Worth seeing: | as a brisk, stylised drugs thriller that's about as violent as a 15 certificate film can get but feels somewhat lazy and contrived |
Director: | Oliver Stone |
Featuring: | Aaron Johnson, Benicio Del Toro, Demián Bichir, Salma Hayek, Taylor Kitsch, Blake Lively, Emile Hirsch, John Travolta |
Length: | 130 minutes |
Certificate: | 15 |
Country: | US |
Released: | 21st September 2012 |
WHAT’S IT ABOUT?
Best friends Chon (Taylor Kitsch) and Ben (Aaron Johnson – in his last role before marriage added Taylor to his name) share everything – their sea-front house in Los Angeles, their drug-production and dealing business, their girlfriend Ophelia (Blake Lively). They’re like two halfs of the same man – Chon’s the ex-military muscle, while Ben’s the sensitive brains of the operation.
Their business is going so well that one of the big Mexican drug cartels wants to buy it out. But visits from the lawyer (Demián Bichir) and the enforcer (Benicio Del Toro) aren’t enough to persuade the pair to hand over their operation, so the cartel’s boss Elena (Salma Hayek) takes her takeover bid to the next level: she kidnaps Ophelia and threatens to torture her until they have a change of mind.
But Chon and Ben have other ideas. They discover Elena’s one weakness and gamble on using this against her to win Ophelia’s safe return and their own independence.
WHAT’S IT LIKE?
This film opens with footage of bodies decapitated by a chainsaw. Later, we see an unusually hirsute Benicio Del Toro, delighting in shooting knee-caps at close quarters as he eats fruit menacingly. We’re left in no doubt that the cartel means business.

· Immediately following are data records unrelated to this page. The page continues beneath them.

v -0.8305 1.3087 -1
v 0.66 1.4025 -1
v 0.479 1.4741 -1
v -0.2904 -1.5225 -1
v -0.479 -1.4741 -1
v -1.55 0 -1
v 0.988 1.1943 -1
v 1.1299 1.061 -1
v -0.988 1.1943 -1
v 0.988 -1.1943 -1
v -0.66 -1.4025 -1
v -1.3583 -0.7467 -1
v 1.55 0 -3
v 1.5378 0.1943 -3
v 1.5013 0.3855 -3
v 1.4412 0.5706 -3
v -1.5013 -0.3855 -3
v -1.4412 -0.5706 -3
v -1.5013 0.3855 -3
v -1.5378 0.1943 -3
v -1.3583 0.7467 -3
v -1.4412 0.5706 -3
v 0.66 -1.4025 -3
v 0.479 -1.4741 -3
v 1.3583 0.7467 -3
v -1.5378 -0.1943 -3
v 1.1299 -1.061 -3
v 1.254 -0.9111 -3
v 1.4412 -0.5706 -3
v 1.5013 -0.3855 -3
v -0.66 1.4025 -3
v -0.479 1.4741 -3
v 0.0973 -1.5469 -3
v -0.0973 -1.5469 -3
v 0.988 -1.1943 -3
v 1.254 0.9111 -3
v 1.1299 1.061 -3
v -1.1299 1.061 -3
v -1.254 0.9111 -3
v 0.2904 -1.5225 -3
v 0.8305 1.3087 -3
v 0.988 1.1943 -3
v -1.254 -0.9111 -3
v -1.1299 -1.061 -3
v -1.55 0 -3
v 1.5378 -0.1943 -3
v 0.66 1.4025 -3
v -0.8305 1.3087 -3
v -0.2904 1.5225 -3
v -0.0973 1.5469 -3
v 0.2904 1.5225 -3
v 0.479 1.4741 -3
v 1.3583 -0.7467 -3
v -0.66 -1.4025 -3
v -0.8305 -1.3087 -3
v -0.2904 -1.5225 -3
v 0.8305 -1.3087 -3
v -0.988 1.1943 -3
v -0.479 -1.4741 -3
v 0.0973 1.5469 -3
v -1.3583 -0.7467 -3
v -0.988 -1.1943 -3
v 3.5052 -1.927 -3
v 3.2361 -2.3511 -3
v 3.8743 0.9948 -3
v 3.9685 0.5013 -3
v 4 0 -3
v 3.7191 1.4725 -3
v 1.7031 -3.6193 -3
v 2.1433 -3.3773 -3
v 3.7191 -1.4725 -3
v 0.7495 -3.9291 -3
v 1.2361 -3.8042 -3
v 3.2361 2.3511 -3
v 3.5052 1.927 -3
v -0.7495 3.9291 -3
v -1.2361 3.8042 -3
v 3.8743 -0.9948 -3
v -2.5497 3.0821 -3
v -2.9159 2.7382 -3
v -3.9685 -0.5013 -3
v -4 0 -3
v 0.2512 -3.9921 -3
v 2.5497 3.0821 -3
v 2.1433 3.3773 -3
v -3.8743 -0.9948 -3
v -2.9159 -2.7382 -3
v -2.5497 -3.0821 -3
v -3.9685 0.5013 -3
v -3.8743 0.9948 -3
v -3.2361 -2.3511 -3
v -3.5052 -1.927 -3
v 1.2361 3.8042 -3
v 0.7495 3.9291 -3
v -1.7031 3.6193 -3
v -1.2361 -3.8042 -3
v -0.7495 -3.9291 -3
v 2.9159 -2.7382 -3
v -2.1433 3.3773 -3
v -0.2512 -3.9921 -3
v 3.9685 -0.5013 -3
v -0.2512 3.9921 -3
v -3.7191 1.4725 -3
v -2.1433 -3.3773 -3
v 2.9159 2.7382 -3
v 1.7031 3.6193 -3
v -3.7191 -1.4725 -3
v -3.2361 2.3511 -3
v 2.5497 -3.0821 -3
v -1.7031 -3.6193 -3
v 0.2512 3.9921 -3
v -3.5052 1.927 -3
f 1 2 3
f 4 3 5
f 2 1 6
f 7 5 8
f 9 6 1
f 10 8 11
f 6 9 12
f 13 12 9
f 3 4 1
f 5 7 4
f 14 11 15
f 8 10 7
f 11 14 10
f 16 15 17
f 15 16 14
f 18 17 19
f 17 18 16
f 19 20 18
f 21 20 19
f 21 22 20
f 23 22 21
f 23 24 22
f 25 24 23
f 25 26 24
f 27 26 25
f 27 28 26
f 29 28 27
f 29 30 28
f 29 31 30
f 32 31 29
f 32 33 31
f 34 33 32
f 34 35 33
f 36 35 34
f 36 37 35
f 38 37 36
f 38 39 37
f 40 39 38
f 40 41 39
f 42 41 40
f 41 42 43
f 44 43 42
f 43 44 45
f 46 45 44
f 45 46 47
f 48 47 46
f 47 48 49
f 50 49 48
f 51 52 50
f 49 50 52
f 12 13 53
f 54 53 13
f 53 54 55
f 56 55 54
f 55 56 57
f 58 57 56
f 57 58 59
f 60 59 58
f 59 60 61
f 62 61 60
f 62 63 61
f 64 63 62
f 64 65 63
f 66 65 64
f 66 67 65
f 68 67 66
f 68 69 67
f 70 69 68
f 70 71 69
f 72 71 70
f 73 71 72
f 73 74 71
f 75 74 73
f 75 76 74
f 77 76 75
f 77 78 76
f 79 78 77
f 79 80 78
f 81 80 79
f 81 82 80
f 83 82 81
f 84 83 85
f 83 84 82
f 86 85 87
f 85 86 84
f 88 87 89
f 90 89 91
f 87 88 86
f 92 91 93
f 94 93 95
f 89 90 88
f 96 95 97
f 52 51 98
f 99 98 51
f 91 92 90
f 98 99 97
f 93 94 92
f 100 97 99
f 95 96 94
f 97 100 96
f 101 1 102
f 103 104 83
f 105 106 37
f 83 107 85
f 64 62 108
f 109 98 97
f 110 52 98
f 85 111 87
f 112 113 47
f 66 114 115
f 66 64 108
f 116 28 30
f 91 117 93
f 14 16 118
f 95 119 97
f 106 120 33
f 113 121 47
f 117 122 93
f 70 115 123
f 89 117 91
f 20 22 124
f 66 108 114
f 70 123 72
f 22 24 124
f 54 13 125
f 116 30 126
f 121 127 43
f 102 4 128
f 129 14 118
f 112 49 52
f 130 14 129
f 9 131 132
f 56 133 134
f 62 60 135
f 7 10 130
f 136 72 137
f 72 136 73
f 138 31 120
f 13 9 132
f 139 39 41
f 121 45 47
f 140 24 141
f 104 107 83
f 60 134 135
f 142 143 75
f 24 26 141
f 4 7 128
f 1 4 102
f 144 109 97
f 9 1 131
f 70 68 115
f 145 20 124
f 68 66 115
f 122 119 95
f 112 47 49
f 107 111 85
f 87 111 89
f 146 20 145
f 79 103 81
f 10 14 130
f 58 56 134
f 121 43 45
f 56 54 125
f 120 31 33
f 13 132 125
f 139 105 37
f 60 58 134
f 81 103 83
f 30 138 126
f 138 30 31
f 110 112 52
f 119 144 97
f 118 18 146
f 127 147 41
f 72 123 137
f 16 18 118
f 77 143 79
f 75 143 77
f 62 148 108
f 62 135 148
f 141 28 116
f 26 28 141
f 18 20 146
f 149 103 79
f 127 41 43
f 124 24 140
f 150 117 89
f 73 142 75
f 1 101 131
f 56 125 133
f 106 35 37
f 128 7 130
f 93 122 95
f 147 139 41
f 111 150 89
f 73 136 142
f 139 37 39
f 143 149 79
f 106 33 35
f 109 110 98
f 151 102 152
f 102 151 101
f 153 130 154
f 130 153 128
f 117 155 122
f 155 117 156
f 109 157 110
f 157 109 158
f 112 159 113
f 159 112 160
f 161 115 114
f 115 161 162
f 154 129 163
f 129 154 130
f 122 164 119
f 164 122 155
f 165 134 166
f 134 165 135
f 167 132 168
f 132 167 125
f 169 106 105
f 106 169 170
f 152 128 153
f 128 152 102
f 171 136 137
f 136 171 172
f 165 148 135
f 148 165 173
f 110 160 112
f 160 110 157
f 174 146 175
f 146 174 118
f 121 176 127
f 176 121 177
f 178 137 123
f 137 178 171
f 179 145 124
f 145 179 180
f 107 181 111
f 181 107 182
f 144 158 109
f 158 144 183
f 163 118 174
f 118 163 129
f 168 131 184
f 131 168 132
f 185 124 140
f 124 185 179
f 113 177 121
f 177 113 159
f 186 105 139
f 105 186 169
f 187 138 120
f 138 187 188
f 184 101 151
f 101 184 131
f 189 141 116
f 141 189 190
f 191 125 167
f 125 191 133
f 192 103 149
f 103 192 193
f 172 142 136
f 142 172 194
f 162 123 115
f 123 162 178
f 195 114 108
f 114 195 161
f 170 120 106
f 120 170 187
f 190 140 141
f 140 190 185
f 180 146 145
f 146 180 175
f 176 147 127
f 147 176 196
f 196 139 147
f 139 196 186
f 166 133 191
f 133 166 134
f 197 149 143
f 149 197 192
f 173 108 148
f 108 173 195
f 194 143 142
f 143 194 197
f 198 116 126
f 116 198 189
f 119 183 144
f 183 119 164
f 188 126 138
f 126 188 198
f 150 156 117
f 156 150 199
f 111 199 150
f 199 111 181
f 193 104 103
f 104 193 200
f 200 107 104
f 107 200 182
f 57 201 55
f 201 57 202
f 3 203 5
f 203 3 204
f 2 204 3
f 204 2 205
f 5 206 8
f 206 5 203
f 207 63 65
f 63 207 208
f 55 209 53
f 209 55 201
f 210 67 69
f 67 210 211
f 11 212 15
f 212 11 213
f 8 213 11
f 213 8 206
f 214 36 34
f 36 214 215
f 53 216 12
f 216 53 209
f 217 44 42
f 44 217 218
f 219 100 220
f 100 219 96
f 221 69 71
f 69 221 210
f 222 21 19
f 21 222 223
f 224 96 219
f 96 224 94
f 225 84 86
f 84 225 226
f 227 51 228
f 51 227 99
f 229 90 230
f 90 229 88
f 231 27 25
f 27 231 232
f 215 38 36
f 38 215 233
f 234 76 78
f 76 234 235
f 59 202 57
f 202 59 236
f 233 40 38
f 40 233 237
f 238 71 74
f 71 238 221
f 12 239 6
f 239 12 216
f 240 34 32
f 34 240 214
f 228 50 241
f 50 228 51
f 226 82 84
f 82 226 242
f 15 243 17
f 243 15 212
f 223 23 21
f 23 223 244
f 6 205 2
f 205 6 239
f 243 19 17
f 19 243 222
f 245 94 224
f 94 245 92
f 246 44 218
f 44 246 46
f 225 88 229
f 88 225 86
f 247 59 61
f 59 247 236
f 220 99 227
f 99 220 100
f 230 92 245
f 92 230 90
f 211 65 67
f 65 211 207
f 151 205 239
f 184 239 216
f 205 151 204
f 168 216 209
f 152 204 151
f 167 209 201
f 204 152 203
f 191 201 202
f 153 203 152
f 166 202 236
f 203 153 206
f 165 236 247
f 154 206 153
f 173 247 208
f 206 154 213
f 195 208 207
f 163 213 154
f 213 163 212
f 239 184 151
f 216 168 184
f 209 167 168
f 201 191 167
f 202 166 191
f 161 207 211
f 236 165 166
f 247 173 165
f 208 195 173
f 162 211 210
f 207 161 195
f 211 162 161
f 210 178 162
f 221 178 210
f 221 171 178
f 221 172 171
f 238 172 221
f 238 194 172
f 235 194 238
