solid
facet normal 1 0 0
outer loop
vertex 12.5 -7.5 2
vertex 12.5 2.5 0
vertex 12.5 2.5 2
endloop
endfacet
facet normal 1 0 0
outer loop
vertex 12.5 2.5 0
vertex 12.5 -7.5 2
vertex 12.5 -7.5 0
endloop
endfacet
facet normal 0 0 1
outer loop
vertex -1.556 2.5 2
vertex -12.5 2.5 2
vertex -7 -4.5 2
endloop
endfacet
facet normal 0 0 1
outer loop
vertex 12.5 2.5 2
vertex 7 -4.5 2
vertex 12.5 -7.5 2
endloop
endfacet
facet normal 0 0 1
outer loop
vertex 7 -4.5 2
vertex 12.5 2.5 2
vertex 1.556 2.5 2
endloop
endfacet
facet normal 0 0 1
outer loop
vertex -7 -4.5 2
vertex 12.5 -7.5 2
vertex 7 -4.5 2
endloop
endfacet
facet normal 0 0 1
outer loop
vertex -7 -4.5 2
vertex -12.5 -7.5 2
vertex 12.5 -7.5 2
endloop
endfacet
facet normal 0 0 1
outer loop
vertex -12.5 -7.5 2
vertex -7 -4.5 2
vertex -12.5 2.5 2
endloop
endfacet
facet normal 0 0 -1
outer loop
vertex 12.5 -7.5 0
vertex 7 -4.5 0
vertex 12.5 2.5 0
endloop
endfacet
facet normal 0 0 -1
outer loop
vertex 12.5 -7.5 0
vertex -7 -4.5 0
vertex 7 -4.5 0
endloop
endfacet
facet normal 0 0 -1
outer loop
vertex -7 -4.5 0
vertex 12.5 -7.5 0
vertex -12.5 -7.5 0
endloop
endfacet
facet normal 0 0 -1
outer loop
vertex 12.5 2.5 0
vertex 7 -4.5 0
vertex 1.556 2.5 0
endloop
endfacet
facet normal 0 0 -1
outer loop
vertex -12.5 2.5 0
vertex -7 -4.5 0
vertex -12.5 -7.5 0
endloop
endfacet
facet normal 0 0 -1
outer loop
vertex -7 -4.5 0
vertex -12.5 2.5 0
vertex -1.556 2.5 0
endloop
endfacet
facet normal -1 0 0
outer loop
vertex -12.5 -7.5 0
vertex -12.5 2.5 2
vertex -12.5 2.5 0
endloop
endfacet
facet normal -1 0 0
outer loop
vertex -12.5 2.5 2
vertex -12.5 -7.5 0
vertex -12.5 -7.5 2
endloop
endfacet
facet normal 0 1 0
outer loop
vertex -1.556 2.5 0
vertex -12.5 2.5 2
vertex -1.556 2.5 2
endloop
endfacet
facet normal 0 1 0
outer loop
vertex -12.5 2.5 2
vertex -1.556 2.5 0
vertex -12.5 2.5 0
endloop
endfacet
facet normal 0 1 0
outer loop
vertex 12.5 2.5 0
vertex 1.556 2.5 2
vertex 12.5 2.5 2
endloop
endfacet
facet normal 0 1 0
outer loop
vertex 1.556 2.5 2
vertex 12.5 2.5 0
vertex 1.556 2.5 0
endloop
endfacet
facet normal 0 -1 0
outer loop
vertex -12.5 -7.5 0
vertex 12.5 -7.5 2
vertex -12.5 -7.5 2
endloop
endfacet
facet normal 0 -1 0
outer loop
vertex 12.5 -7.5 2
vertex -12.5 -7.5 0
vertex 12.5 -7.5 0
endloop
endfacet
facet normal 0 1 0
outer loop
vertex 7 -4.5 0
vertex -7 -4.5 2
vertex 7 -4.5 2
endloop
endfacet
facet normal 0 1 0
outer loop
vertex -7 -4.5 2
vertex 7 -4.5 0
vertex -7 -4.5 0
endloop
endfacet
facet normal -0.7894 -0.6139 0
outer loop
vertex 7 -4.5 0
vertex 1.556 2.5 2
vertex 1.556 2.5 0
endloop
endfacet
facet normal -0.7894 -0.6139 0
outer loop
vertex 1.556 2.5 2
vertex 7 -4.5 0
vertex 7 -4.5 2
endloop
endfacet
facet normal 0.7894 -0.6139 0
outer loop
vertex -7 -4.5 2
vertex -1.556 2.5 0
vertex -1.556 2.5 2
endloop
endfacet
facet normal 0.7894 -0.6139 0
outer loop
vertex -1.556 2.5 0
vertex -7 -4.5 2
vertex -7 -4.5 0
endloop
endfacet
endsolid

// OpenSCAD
difference() {
	union() {
		translate(v = [0, 0, 1.0000000000]) {
			cube(center = true, size = [25, 5, 2]);
		}
		translate(v = [0, -5, 0]) {
			translate(v = [0, 0, 1.0000000000]) {
				cube(center = true, size = [25, 5, 2]);
			}
		}
	}
	translate(v = [0, -4.5000000000, 0]) {
		translate(v = [-7.0000000000, 0, 0]) {
			linear_extrude(height = 2) {
				polygon(points = [[0, 0], [14, 0], [7.0000000000, 9]]);
			}
		}
	}
}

But luckily for our protagonists, they’re able to drum up an army of their own – literally – as Chon’s former comrades line up to fill the cartel’s heavies with holes.
This is about as violent a film will ever be and still get a 15 certificate. In fact, the BBFC saw an early cut of the film and advised that without some changes, it would be rated 18. The producers complied and got the lower certificate, which will enable more people to see the film, without losing much creatively, as it certainly feels like an 18.
The BBFC’s own explanation notes read like a list of excuses. The film contains strong violence, including severed heads, decapitated bodies but “the footage is brief and does not linger on detail.” There are scenes of blood splattering, torture and a man being set on fire, but “the scenes in question do not dwell on the infliction of pain” or are “shown from a distance, with the emphasis being placed on the reactions of onlookers.” There are scenes of drug use, but “the film clearly shows the negative consequences of involvement in the drug trade.” There are sex scenes showing thrusting and nudity “but no strong detail.” In one scene, a woman is shown video footage of a man having sex with her when she was unconscious, but “the scene is brief and little details is shown.” It makes you wonder what more would have to be included to be too strong for a 15 – or indeed why if Oliver Stone was happy to present his film like this, any film would ever need an 18 certificate.
Here, Stone eschews any pretence of politics to deliver a stylised violent thriller, complete with sex, drugs, guns, kidnapping, betrayal, double-dealing and pretty much everything you’d expect from the genre.
One of the big problems with the film is that Chon and Ben aren’t particularly likeable – why would an audience want to root for a hippy and a gunslinger who share a girlfriend and provide drugs to thousands of Americans? The bad guys are, of course, more brutal in their (excuse the pun) execution, but they’re essentially the same as our protagonists – selling drugs to as many people as possible and trying to get rid of anyone who stands in their way. Del Tor’s enforcer, though, is at least an interesting screen presence. Perhaps the most enjoyable character is John Travolta’s crooked DEA officer, who flips his loyalty back and forth as often as a table tennis ball. About the only organisation he never seems to be loyal to is the DEA.
And from a narrative point of view, it begins with Ophelia telling us that just because she’s narrating the story, it doesn’t mean she’s still going to be alive at the end. You can be sure this isn’t going to be a ghost film, so you know that Stone is going to mess around with your expectations and indeed, without giving anything away, he delivers a twist which is consistent with Ophelia’s opening statement but completely inconsistent with anyone’s understanding of a satisfying film structure.
For the small proportion of the audience that might be trying to take the plot seriously and follow it intently to try to predict how it will turn out, there will be no reward.
It looks good, it moves along briskly despite its length and there are a couple of entertaining performances (Del Toro and Travolta), but its lazy, contrived and cliche ridden plot is less than you’d expect from a director of Stone‘s calibre and ambition. He’s a hit-and-miss director; he mostly hits when he gets political or when he gives familiarity an original twist. What hits we have here have mostly been seen in his earlier films. It feels a bit like a “greatest hits of Oliver Stone‘s genre movies” but if you cast your mind back to when you used to buy albums, the greatest hits, somehow, are rarely as satisfying or rewarding a listen as the full albums the songs originally came from.